Exercise brief —
From the top of the records below, return each line exactly, ending with the line that contains "# Sketch2 →".

Information section start

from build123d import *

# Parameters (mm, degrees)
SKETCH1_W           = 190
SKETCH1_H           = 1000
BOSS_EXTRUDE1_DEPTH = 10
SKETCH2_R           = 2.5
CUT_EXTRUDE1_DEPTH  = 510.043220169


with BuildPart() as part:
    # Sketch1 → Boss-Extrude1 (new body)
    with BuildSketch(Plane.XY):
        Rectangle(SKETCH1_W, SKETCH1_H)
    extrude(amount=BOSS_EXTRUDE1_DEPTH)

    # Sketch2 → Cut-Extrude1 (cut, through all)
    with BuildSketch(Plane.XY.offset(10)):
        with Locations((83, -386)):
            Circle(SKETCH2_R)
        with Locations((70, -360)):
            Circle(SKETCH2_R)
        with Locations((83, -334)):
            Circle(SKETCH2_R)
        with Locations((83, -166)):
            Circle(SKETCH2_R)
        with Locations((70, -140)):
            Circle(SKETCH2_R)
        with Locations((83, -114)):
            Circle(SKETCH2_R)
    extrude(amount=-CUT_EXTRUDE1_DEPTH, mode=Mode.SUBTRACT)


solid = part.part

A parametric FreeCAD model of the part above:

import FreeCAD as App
import Part
import Sketcher
from FreeCAD import Vector
Q = App.Units.Quantity

doc = App.newDocument("Part")
params = doc.addObject("Spreadsheet::Sheet", "Params")
for row, (alias, value) in enumerate([
    ("sketch1_width", "190 mm"),
    ("sketch1_height", "1000 mm"),
    ("pad1_length", "10 mm"),
    ("sketch2_diameter", "5 mm"),
], start=1):
    params.set(f"A{row}", alias)
    params.set(f"B{row}", "=" + value)
    params.setAlias(f"B{row}", alias)

body = doc.addObject("PartDesign::Body", "Body")

# Sketch on XY plane
sketch1 = doc.addObject("Sketcher::SketchObject", "Sketch")
body.addObject(sketch1)
sketch1.AttachmentSupport = (doc.XY_Plane, [""])
sketch1.MapMode = "FlatFace"
sketch1.addGeometry(Part.LineSegment(Vector(-95, 500, 0), Vector(-95, -500, 0)), False)
sketch1.addGeometry(Part.LineSegment(Vector(-95, -500, 0), Vector(95, -500, 0)), False)
sketch1.addGeometry(Part.LineSegment(Vector(95, -500, 0), Vector(95, 500, 0)), False)
sketch1.addGeometry(Part.LineSegment(Vector(95, 500, 0), Vector(-95, 500, 0)), False)
sketch1.addConstraint(Sketcher.Constraint("Coincident", 0, 2, 1, 1))
sketch1.addConstraint(Sketcher.Constraint("Coincident", 1, 2, 2, 1))
sketch1.addConstraint(Sketcher.Constraint("Coincident", 2, 2, 3, 1))
sketch1.addConstraint(Sketcher.Constraint("Coincident", 3, 2, 0, 1))
sketch1.addConstraint(Sketcher.Constraint("Vertical", 0))
sketch1.addConstraint(Sketcher.Constraint("Horizontal", 1))
sketch1.addConstraint(Sketcher.Constraint("Vertical", 2))
sketch1.addConstraint(Sketcher.Constraint("Horizontal", 3))
sketch1.addConstraint(Sketcher.Constraint("Symmetric", 0, 2, 2, 2, -1, 1))
sketch1.addConstraint(Sketcher.Constraint("DistanceX", 1, 1, 1, 2, Q("190 mm")))
sketch1.addConstraint(Sketcher.Constraint("DistanceY", 0, 2, 0, 1, Q("1000 mm")))
sketch1.setExpression("Constraints[9]", "Params.sketch1_width")
sketch1.setExpression("Constraints[10]", "Params.sketch1_height")
pad1 = doc.addObject("PartDesign::Pad", "Pad")
body.addObject(pad1)
pad1.Profile = sketch1
pad1.setExpression("Length", "Params.pad1_length")

# Sketch on XY plane
sketch2 = doc.addObject("Sketcher::SketchObject", "Sketch001")
body.addObject(sketch2)
sketch2.AttachmentSupport = (doc.XY_Plane, [""])
sketch2.MapMode = "FlatFace"
sketch2.AttachmentOffset = App.Placement(Vector(0, 0, 10), App.Rotation())
sketch2.addGeometry(Part.Circle(Vector(83, -386, 0), Vector(0, 0, 1), 2.5), False)
sketch2.addGeometry(Part.Circle(Vector(70, -360, 0), Vector(0, 0, 1), 2.5), False)
sketch2.addGeometry(Part.Circle(Vector(83, -334, 0), Vector(0, 0, 1), 2.5), False)
sketch2.addGeometry(Part.Circle(Vector(83, -166, 0), Vector(0, 0, 1), 2.5), False)
sketch2.addGeometry(Part.Circle(Vector(70, -140, 0), Vector(0, 0, 1), 2.5), False)
sketch2.addGeometry(Part.Circle(Vector(83, -114, 0), Vector(0, 0, 1), 2.5), False)
sketch2.addConstraint(Sketcher.Constraint("Equal", 0, 1))
sketch2.addConstraint(Sketcher.Constraint("Equal", 1, 2))
sketch2.addConstraint(Sketcher.Constraint("Equal", 2, 3))
sketch2.addConstraint(Sketcher.Constraint("Equal", 3, 4))
sketch2.addConstraint(Sketcher.Constraint("Equal", 4, 5))
sketch2.addConstraint(Sketcher.Constraint("Vertical", 0, 3, 2, 3))
sketch2.addConstraint(Sketcher.Constraint("Vertical", 2, 3, 3, 3))
sketch2.addConstraint(Sketcher.Constraint("Vertical", 1, 3, 4, 3))
sketch2.addConstraint(Sketcher.Constraint("Vertical", 3, 3, 5, 3))
sketch2.addConstraint(Sketcher.Constraint("Diameter", 0, Q("5 mm")))
sketch2.addConstraint(Sketcher.Constraint("DistanceX", -1, 1, 0, 3, Q("83 mm")))
sketch2.addConstraint(Sketcher.Constraint("DistanceY", 0, 3, -1, 1, Q("386 mm")))
sketch2.addConstraint(Sketcher.Constraint("DistanceX", -1, 1, 1, 3, Q("70 mm")))
sketch2.addConstraint(Sketcher.Constraint("DistanceY", 1, 3, -1, 1, Q("360 mm")))
sketch2.addConstraint(Sketcher.Constraint("DistanceY", 2, 3, -1, 1, Q("334 mm")))
sketch2.addConstraint(Sketcher.Constraint("DistanceY", 3, 3, -1, 1, Q("166 mm")))
sketch2.addConstraint(Sketcher.Constraint("DistanceY", 4, 3, -1, 1, Q("140 mm")))
sketch2.addConstraint(Sketcher.Constraint("DistanceY", 5, 3, -1, 1, Q("114 mm")))
sketch2.setExpression("Constraints[9]", "Params.sketch2_diameter")
pocket1 = doc.addObject("PartDesign::Pocket", "Pocket")
body.addObject(pocket1)
pocket1.Profile = sketch2
pocket1.Type = "ThroughAll"

doc.recompute()
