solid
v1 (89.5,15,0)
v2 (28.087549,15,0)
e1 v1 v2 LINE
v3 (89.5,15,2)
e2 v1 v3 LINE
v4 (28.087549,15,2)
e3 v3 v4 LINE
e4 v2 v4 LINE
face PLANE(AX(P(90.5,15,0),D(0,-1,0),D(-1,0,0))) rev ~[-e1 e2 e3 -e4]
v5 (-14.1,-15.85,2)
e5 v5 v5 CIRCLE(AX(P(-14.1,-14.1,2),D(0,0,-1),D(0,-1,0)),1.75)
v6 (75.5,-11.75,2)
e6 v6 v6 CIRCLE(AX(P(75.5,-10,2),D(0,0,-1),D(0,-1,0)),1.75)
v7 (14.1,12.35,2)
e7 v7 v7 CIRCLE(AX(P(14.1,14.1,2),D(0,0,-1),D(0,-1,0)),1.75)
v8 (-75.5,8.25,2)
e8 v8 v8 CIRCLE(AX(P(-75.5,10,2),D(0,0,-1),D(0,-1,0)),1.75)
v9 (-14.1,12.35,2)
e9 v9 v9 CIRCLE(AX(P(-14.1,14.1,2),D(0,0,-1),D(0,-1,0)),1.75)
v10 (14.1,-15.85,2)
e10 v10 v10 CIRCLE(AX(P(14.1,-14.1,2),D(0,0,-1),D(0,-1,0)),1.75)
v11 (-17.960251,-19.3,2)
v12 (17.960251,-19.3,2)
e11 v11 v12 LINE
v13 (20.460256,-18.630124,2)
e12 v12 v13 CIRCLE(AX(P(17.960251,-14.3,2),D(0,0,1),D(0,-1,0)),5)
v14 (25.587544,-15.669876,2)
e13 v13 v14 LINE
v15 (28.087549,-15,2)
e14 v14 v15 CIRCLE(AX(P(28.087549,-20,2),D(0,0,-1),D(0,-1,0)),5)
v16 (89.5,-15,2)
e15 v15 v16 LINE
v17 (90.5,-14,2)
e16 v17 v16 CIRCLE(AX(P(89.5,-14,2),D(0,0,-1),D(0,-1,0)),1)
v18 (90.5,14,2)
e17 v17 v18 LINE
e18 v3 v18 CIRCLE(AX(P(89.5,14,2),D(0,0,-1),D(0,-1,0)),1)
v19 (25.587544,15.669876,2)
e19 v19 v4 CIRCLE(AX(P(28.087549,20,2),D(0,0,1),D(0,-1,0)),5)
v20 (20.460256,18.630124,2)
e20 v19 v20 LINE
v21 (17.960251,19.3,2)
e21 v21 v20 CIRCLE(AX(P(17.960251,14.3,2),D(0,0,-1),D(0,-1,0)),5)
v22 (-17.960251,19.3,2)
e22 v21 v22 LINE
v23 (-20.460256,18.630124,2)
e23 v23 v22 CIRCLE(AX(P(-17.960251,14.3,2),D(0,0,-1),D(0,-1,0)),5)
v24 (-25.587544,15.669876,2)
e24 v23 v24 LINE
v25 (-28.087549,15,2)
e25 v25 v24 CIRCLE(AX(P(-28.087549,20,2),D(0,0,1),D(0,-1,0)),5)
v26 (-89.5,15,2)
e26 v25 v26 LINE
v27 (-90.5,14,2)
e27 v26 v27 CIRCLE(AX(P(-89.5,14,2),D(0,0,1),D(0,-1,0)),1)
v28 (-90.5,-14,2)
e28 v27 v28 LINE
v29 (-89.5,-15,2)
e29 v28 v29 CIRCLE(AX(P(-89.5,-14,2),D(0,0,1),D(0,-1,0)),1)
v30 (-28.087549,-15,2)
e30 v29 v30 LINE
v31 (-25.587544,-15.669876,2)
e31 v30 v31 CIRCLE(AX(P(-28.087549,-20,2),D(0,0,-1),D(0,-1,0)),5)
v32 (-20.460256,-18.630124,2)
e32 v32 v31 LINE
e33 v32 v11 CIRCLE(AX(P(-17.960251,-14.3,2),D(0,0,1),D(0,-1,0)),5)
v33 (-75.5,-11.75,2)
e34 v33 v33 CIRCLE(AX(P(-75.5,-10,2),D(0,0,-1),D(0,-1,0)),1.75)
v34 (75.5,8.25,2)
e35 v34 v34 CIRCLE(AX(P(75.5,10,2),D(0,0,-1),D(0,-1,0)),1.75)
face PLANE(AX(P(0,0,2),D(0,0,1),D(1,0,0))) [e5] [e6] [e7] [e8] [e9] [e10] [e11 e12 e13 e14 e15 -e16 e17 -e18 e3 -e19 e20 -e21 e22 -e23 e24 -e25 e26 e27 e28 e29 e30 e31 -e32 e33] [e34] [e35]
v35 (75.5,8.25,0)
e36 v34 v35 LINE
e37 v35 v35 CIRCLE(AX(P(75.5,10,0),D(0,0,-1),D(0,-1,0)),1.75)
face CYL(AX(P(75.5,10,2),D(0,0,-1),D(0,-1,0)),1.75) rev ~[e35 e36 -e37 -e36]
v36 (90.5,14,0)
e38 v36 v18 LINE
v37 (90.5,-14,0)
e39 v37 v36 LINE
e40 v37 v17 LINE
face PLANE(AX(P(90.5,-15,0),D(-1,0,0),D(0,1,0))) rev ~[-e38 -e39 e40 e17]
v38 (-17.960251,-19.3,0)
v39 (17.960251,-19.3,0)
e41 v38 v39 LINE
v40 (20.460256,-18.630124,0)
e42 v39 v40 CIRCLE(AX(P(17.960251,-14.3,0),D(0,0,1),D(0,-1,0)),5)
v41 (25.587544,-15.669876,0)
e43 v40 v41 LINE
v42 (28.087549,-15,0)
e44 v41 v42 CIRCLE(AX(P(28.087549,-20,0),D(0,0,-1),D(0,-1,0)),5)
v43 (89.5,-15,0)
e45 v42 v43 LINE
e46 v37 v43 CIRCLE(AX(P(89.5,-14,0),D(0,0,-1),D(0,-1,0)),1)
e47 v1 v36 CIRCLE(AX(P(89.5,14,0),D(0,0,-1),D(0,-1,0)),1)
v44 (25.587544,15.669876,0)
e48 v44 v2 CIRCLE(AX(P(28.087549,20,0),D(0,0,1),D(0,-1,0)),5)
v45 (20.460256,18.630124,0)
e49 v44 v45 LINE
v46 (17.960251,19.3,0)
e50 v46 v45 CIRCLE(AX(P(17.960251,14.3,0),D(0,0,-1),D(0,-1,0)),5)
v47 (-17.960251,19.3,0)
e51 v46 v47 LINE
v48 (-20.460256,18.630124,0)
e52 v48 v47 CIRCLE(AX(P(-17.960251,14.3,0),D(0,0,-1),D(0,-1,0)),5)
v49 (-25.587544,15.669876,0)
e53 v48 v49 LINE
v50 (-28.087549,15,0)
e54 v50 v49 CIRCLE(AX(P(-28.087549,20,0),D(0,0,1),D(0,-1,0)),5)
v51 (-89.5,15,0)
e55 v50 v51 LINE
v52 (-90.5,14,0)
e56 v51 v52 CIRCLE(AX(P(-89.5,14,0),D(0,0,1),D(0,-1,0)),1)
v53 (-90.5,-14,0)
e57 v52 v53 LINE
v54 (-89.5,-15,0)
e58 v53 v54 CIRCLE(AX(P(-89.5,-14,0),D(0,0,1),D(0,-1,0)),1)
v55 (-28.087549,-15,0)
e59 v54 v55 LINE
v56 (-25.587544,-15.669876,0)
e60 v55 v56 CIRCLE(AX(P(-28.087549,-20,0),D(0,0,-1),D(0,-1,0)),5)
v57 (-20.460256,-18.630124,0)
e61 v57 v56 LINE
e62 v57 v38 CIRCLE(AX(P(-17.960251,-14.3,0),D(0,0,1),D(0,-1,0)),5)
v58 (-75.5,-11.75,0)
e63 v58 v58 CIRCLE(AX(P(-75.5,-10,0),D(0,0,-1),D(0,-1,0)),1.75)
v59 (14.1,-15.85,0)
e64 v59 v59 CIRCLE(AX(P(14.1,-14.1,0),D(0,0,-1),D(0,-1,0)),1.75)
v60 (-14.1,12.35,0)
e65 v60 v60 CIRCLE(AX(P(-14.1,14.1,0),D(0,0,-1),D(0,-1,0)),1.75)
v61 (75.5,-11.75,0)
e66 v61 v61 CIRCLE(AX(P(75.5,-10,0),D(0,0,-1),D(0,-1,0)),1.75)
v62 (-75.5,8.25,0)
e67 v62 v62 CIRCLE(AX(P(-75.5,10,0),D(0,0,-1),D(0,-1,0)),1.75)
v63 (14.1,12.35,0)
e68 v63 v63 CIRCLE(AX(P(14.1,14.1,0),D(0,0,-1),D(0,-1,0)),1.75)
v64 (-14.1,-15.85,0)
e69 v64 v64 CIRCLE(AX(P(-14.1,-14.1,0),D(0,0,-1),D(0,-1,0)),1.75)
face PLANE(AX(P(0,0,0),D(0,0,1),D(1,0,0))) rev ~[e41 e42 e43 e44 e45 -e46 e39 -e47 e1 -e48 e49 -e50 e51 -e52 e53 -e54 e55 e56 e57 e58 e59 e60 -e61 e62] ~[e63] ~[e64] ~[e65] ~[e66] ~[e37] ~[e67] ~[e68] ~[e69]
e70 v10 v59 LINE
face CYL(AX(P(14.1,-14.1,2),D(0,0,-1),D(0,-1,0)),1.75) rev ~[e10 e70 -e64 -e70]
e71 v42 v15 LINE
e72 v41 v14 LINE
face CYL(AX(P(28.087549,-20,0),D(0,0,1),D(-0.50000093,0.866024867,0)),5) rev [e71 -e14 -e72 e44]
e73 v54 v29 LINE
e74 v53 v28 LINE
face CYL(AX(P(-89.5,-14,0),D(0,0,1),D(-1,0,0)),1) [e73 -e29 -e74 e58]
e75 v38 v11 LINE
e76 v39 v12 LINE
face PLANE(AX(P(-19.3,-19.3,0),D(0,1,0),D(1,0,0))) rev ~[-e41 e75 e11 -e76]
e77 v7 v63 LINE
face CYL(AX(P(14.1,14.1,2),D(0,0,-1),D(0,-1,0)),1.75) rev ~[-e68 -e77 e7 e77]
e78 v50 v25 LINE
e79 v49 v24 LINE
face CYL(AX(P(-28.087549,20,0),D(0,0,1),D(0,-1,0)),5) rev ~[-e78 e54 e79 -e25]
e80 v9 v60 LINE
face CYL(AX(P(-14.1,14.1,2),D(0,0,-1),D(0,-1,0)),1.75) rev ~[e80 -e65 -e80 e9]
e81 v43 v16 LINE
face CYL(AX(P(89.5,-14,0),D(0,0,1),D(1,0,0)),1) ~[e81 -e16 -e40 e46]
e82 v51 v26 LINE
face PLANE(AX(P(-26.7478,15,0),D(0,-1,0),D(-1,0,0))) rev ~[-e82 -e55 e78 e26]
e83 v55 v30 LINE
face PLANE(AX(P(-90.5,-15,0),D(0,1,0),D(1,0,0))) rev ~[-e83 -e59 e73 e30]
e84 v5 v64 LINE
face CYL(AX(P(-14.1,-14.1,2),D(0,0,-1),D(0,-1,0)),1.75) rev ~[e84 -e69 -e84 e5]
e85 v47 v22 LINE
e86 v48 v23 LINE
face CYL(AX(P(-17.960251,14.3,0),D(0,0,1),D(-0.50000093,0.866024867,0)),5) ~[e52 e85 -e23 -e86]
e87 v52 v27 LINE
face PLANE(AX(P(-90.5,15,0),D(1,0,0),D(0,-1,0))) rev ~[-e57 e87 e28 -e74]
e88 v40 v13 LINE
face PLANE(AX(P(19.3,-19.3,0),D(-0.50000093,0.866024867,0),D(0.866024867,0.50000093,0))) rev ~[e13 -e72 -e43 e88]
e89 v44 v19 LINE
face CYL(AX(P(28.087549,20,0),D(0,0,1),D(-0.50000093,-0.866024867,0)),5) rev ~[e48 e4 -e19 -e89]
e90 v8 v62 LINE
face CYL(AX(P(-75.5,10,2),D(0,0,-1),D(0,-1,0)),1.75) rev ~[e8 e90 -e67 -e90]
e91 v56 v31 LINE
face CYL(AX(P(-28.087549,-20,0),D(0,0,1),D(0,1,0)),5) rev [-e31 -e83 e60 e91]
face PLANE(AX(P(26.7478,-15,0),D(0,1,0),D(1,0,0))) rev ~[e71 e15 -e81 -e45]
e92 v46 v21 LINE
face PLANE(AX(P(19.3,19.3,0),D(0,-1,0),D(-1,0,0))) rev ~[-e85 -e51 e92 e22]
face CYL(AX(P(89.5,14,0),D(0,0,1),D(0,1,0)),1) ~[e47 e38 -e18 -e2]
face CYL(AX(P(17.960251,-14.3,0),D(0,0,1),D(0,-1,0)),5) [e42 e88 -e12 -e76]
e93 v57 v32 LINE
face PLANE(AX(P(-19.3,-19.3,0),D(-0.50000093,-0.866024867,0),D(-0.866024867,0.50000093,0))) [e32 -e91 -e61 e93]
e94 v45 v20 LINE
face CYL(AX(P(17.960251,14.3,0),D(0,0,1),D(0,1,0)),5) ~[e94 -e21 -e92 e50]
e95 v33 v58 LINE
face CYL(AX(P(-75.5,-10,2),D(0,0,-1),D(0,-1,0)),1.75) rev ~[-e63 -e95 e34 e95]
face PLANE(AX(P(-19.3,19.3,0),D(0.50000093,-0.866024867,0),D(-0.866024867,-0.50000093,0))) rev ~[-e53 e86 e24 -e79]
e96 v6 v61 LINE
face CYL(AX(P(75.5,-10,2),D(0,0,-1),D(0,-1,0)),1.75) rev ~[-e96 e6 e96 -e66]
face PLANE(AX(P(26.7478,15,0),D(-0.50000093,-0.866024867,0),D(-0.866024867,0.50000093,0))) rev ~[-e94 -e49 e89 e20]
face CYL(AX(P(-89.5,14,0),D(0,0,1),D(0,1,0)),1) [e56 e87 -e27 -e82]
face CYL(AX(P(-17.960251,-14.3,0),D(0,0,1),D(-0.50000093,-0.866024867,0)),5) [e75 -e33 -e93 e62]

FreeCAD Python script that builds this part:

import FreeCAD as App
import Part
import Sketcher
Q = App.Units.Quantity


def edges_at(feature, points):
    """Names of the edges that pass closest to the given points."""
    edges = feature.Shape.Edges
    near = lambda p: min(range(len(edges)), key=lambda i: edges[i].distToShape(Part.Vertex(*p))[0])
    return sorted({f"Edge{near(p) + 1}" for p in points})


def add_polygon(sketch, points):
    """Adds a closed chain of lines whose ends are joined by coincident constraints."""
    first, n = sketch.GeometryCount, len(points)
    for a, b in zip(points, points[1:] + points[:1]):
        sketch.addGeometry(Part.LineSegment(App.Vector(*a, 0), App.Vector(*b, 0)), False)
    for i in range(n):
        sketch.addConstraint(Sketcher.Constraint("Coincident", first + i, 2, first + (i + 1) % n, 1))

doc = App.newDocument("Part")
params = doc.addObject("Spreadsheet::Sheet", "Params")
for row, (alias, value) in enumerate([
    ("sketch1_height", "30 mm"),
    ("sketch1_width", "38.6 mm"),
    ("pad1_length", "2 mm"),
    ("sketch2_diameter", "3.5 mm"),
    ("hole_diameter", "3.5 mm"),
    ("hole_depth", "2 mm"),
    ("sketch3_diameter", "3.5 mm"),
    ("hole2_diameter", "3.5 mm"),
    ("hole2_depth", "2 mm"),
    ("fillet_radius", "5 mm"),
    ("fillet2_radius", "1 mm"),
], start=1):
    params.set(f"A{row}", alias)
    params.set(f"B{row}", "=" + value)
    params.setAlias(f"B{row}", alias)

body = doc.addObject("PartDesign::Body", "Body")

Information section end

Solution to this task —
from build123d import *

# Parameters (mm, degrees)
SKETCH1_W           = 190
SKETCH1_H           = 1000
BOSS_EXTRUDE1_DEPTH = 10
SKETCH2_R           = 2.5
CUT_EXTRUDE1_DEPTH  = 510.043220169


with BuildPart() as part:
    # Sketch1 → Boss-Extrude1 (new body)
    with BuildSketch(Plane.XY):
        Rectangle(SKETCH1_W, SKETCH1_H)
    extrude(amount=BOSS_EXTRUDE1_DEPTH)

    # Sketch2 → Cut-Extrude1 (cut, through all)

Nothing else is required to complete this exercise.